[Collected data]

#####

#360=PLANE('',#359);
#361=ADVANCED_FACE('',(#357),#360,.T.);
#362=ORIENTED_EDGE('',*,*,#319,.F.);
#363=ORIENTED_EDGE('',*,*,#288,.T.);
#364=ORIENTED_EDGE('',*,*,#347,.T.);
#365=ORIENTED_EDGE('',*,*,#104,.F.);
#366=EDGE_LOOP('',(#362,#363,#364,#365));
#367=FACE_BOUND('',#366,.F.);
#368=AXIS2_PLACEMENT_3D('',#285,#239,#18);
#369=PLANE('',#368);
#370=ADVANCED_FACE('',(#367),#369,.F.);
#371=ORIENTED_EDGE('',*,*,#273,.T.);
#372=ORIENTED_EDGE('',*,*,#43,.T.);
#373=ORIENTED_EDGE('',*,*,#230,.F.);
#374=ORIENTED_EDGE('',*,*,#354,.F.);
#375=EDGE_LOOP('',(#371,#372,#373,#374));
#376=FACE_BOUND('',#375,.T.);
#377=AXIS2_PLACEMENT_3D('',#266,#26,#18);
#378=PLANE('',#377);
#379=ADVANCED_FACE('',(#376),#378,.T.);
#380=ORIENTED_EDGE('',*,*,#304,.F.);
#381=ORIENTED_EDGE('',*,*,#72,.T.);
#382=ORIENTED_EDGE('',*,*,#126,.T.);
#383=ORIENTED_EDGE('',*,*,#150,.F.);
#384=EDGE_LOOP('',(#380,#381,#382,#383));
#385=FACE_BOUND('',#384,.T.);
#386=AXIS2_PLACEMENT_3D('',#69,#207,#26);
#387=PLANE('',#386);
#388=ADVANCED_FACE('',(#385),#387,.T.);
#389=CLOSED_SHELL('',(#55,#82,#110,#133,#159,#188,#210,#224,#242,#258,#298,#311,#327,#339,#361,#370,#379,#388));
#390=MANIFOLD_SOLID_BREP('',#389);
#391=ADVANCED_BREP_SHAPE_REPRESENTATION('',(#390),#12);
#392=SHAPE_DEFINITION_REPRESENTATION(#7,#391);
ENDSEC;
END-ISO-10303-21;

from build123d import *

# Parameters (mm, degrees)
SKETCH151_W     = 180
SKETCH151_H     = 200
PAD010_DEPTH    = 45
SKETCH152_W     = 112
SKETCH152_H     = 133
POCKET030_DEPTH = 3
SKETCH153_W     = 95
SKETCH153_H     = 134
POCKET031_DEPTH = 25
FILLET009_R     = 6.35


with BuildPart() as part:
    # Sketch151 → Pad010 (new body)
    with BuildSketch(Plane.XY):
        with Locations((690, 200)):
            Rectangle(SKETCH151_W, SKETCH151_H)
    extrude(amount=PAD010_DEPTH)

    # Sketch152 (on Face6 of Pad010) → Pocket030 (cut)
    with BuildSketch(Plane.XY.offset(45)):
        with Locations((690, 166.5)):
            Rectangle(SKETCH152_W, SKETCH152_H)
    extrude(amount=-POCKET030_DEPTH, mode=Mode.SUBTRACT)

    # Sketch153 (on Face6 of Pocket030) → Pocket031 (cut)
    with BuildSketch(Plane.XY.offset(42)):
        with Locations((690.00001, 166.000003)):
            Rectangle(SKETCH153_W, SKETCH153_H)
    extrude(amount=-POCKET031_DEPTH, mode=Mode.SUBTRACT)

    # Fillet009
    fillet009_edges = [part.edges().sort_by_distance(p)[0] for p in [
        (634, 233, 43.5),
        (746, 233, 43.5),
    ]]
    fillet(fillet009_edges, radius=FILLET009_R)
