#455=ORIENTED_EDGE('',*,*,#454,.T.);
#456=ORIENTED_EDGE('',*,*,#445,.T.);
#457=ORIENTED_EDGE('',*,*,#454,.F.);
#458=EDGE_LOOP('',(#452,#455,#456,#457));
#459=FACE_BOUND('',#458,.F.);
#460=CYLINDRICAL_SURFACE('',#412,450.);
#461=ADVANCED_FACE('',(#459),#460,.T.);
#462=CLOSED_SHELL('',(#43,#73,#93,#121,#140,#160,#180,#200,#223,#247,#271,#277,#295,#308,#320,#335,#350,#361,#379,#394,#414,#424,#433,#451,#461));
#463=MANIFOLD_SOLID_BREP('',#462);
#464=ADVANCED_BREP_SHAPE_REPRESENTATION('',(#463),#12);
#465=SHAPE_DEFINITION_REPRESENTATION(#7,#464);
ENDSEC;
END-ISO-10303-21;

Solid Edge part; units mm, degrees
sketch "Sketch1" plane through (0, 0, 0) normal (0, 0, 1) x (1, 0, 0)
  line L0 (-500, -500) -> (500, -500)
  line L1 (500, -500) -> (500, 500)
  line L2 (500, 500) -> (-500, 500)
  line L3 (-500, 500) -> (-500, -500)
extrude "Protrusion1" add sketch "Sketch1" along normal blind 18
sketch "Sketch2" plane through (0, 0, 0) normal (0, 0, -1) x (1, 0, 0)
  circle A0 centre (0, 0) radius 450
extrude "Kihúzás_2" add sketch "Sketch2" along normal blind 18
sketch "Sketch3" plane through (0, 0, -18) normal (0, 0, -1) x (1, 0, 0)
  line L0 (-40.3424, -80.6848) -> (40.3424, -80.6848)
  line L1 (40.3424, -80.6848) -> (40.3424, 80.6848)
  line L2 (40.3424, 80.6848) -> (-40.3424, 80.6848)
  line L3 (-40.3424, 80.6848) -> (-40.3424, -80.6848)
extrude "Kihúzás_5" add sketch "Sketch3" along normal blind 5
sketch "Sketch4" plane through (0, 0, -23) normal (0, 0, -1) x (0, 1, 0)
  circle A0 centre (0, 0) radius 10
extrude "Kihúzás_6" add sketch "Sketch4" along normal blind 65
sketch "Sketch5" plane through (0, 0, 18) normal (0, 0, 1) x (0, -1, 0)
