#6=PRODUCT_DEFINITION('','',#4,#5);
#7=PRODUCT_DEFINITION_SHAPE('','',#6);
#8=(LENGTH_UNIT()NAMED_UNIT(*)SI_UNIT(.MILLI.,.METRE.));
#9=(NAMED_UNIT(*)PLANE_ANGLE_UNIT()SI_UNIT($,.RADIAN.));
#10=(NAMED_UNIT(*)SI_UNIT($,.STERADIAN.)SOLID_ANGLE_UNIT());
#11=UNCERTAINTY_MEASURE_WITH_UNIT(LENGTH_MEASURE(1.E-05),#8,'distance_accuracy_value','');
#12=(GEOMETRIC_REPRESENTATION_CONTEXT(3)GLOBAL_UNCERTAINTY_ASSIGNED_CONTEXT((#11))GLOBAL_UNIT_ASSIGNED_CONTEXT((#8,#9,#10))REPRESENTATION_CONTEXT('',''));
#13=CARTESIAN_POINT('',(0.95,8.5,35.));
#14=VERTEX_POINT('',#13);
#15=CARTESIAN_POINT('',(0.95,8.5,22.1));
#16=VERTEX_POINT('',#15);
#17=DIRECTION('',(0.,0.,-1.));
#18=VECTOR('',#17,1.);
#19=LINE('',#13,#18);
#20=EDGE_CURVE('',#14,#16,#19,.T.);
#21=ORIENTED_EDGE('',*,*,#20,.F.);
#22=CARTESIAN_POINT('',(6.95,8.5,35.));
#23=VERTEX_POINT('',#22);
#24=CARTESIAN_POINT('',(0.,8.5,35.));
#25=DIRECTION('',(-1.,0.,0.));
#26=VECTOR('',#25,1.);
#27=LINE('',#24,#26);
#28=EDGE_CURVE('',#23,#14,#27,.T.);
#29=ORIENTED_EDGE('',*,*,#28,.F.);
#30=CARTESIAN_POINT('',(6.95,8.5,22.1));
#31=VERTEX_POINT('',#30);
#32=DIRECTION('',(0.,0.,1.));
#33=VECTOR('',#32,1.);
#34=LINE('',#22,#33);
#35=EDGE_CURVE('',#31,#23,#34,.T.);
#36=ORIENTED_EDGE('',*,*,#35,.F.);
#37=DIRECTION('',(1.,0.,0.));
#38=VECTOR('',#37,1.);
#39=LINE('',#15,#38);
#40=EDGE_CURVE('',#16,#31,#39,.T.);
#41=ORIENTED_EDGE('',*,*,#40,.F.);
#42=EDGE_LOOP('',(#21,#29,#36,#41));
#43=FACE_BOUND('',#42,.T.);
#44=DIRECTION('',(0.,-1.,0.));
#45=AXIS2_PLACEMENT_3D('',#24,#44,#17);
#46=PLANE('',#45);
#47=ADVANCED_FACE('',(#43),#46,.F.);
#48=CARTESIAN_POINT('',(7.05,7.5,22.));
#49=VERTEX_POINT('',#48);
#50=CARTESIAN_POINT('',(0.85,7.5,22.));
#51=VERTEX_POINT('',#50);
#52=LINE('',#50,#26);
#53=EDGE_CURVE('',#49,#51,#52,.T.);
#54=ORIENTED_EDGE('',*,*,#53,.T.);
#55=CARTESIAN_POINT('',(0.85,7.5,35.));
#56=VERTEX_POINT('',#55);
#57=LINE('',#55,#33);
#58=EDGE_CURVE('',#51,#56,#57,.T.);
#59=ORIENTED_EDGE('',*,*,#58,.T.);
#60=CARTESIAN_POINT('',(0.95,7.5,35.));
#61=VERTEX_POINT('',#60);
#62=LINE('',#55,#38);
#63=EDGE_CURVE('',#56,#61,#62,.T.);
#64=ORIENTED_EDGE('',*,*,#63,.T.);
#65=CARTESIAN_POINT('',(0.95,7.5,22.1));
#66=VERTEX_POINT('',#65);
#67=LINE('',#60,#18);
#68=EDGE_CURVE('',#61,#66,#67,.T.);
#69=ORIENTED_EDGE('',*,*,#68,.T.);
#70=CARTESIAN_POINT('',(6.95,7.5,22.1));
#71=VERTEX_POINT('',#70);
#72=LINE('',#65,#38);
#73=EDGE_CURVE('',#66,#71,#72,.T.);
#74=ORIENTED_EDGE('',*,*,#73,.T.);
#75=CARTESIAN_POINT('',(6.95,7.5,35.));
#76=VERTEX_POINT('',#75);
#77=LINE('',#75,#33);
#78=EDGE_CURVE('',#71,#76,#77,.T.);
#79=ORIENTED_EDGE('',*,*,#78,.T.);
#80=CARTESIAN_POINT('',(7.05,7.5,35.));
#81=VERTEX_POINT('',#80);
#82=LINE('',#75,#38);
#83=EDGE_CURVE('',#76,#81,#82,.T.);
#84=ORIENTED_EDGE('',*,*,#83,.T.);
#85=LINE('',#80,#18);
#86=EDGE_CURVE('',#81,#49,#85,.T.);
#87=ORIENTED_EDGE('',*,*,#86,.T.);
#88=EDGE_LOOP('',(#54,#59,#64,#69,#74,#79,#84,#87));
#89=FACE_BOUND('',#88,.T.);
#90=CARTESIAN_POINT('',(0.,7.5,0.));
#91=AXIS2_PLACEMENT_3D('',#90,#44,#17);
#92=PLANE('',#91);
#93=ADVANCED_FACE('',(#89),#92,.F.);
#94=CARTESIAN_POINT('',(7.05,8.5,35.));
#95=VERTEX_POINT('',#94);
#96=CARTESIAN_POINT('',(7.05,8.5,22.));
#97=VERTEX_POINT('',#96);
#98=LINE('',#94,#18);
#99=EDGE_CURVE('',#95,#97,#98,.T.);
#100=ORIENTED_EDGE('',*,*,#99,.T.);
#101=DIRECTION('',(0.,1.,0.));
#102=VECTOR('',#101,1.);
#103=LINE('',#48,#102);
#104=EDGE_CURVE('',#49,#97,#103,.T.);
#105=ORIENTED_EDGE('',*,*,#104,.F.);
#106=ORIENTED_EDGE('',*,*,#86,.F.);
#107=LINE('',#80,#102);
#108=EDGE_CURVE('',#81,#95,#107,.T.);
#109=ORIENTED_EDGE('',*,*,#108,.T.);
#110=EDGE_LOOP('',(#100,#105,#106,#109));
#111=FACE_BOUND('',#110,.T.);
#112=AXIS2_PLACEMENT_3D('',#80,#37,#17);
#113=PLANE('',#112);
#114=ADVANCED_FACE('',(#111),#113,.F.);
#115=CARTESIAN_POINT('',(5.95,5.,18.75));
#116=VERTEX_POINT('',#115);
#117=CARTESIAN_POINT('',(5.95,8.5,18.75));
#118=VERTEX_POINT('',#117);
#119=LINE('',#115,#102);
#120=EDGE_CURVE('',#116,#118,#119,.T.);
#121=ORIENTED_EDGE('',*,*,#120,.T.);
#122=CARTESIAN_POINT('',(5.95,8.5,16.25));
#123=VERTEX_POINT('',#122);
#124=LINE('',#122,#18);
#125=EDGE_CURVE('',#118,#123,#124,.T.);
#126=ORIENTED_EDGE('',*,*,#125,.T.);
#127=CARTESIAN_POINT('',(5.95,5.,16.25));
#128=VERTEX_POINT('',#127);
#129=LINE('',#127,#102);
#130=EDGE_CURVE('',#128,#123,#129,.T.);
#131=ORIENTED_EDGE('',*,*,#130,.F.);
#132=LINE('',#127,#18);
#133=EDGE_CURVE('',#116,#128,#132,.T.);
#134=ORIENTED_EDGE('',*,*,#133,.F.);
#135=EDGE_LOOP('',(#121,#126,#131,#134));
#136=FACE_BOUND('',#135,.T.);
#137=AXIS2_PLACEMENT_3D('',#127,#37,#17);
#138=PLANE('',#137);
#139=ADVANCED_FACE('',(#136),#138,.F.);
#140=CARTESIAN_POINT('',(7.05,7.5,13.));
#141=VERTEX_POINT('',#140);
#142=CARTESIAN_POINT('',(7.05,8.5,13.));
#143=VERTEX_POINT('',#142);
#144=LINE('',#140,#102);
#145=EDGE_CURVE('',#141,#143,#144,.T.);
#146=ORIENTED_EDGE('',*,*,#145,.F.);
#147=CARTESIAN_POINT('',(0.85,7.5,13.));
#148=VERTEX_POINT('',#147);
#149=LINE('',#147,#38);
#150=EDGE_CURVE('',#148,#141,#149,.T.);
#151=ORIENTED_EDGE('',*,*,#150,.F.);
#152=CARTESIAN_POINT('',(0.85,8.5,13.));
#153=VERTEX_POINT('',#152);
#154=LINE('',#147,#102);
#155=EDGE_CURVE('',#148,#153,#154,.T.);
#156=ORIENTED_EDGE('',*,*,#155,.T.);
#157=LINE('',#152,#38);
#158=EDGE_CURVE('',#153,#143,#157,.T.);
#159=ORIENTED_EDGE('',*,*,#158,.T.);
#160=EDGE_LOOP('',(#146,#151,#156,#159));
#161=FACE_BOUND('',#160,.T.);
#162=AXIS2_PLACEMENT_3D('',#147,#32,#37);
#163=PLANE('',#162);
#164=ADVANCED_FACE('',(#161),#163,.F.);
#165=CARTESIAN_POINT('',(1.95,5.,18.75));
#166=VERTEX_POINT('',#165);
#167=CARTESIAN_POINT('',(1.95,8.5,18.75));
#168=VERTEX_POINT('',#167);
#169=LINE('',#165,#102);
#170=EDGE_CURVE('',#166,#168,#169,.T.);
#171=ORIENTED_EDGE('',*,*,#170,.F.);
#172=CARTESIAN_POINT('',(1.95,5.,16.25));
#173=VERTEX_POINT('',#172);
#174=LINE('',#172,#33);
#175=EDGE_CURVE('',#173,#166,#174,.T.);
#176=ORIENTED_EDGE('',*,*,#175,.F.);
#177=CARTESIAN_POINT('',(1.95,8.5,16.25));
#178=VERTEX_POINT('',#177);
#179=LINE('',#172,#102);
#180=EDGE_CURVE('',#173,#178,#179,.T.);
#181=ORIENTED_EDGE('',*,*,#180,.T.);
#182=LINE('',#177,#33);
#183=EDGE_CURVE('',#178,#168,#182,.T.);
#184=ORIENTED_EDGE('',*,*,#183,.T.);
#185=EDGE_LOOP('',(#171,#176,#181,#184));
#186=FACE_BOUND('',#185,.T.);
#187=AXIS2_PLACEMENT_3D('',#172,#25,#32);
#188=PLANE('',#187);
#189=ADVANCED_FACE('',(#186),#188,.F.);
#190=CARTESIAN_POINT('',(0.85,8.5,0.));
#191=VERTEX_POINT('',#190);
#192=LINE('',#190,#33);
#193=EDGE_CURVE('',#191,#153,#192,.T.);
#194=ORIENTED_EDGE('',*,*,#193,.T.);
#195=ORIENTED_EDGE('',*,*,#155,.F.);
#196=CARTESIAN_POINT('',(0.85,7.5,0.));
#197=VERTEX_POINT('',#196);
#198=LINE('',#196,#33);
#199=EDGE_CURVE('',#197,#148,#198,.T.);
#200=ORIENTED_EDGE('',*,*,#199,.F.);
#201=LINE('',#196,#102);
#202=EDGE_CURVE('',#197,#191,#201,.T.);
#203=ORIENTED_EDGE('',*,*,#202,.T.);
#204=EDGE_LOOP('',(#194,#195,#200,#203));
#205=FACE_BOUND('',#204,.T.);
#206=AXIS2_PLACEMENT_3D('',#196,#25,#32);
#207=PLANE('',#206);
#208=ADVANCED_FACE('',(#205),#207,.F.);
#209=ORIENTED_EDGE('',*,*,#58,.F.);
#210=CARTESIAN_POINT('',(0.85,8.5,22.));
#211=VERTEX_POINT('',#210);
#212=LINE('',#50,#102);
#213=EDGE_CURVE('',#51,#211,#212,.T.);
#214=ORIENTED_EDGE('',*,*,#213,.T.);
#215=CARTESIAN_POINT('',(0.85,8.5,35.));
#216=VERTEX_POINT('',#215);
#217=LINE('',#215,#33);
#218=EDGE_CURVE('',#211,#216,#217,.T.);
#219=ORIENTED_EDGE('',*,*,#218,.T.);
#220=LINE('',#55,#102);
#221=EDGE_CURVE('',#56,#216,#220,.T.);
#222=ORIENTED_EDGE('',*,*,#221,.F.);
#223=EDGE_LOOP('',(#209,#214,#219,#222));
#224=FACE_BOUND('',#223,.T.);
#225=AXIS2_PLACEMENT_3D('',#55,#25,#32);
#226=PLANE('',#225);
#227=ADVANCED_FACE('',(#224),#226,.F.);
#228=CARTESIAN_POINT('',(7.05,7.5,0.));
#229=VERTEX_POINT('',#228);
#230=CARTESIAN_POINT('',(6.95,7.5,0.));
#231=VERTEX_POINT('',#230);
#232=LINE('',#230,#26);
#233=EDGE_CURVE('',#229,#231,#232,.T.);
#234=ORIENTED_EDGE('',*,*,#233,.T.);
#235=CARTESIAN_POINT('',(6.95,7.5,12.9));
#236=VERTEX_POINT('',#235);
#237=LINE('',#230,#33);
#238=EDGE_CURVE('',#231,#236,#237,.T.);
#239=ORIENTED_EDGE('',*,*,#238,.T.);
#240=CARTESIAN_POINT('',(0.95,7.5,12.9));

#####

* **What is being asked**
From the entries above, extract only the lines running from the one containing "#87=ORIENTED_EDGE('',*,*,#86,.T.);" through the one containing "#95=VERTEX_POINT('',#94);", inclusive.

* **Exercise solution**
#87=ORIENTED_EDGE('',*,*,#86,.T.);
#88=EDGE_LOOP('',(#54,#59,#64,#69,#74,#79,#84,#87));
#89=FACE_BOUND('',#88,.T.);
#90=CARTESIAN_POINT('',(0.,7.5,0.));
#91=AXIS2_PLACEMENT_3D('',#90,#44,#17);
#92=PLANE('',#91);
#93=ADVANCED_FACE('',(#89),#92,.F.);
#94=CARTESIAN_POINT('',(7.05,8.5,35.));
#95=VERTEX_POINT('',#94);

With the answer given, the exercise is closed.